简体   繁体   English

没有[href]的多层网站上的Python网络抓取

[英]Python web-scraping on a multi-layered website without [href]

I am looking for a way to scrape data from the student-accomodation website uniplaces: https://www.uniplaces.com/en/accommodation/berlin . 我正在寻找一种从学生住宿网站uniplaces抓取数据的方法: https ://www.uniplaces.com/en/accommodation/berlin。

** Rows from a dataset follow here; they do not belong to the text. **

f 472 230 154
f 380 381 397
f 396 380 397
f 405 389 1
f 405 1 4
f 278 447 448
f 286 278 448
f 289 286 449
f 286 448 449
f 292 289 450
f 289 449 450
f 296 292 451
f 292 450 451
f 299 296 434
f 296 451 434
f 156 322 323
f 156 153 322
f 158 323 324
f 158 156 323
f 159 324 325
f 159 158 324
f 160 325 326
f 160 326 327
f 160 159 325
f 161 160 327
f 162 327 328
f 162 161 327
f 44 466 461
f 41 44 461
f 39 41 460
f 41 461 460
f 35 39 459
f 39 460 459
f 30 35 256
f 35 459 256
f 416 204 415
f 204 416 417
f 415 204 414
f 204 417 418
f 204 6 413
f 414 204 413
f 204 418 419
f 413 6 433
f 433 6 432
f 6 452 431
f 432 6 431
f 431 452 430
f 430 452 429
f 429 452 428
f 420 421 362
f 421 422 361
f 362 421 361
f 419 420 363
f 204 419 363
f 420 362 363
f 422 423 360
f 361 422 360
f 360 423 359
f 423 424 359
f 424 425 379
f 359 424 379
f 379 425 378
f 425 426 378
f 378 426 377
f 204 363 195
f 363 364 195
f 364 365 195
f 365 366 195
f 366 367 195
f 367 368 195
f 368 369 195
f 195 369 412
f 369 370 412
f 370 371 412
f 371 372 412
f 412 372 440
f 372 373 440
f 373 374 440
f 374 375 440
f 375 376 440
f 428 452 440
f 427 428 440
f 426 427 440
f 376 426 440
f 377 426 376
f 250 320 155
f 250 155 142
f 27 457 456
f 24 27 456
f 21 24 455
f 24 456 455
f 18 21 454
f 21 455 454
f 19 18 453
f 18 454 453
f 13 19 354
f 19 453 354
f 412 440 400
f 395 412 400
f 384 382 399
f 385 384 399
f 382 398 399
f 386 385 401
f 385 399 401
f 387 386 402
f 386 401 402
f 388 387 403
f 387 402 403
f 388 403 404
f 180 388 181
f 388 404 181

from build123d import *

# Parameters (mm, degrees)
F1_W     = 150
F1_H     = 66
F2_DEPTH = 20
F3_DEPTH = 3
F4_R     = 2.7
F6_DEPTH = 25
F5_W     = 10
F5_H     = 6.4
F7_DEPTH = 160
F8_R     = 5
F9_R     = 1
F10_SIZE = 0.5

In the end, I would like to scrape particular information for each property, such as bedroom size, number of roommates, location. 最后,我想为每个属性抓取一些具体信息,例如卧室大小,室友数量,位置。 In order to do this, I will first have to scrape all property links and then scrape the individual links afterwards. 为此,我将首先必须刮除所有属性链接,然后再刮除单个链接。

However, even after going through the console and using BeautifulSoup for the extraction of urls, I was not able to extract the urls leading to the separate listings. 但是,即使经过控制台并使用BeautifulSoup提取了URL,我也无法提取导致单独列出的URL。 They don't seem to be included as a [href] and I wasn't able to identify the links in any other format within the html code. 它们似乎没有作为[href]包含在内,并且我无法在html代码中标识任何其他格式的链接。

This is the python code I used but it also didn't return anything: from bs4 import BeautifulSoup import urllib.request 这是我使用的python代码,但也未返回任何内容:从bs4 import BeautifulSoup import urllib.request

resp = urllib.request.urlopen("https://www.uniplaces.com/accommodation/lisbon")
soup = BeautifulSoup(resp, from_encoding=resp.info().get_param('charset'))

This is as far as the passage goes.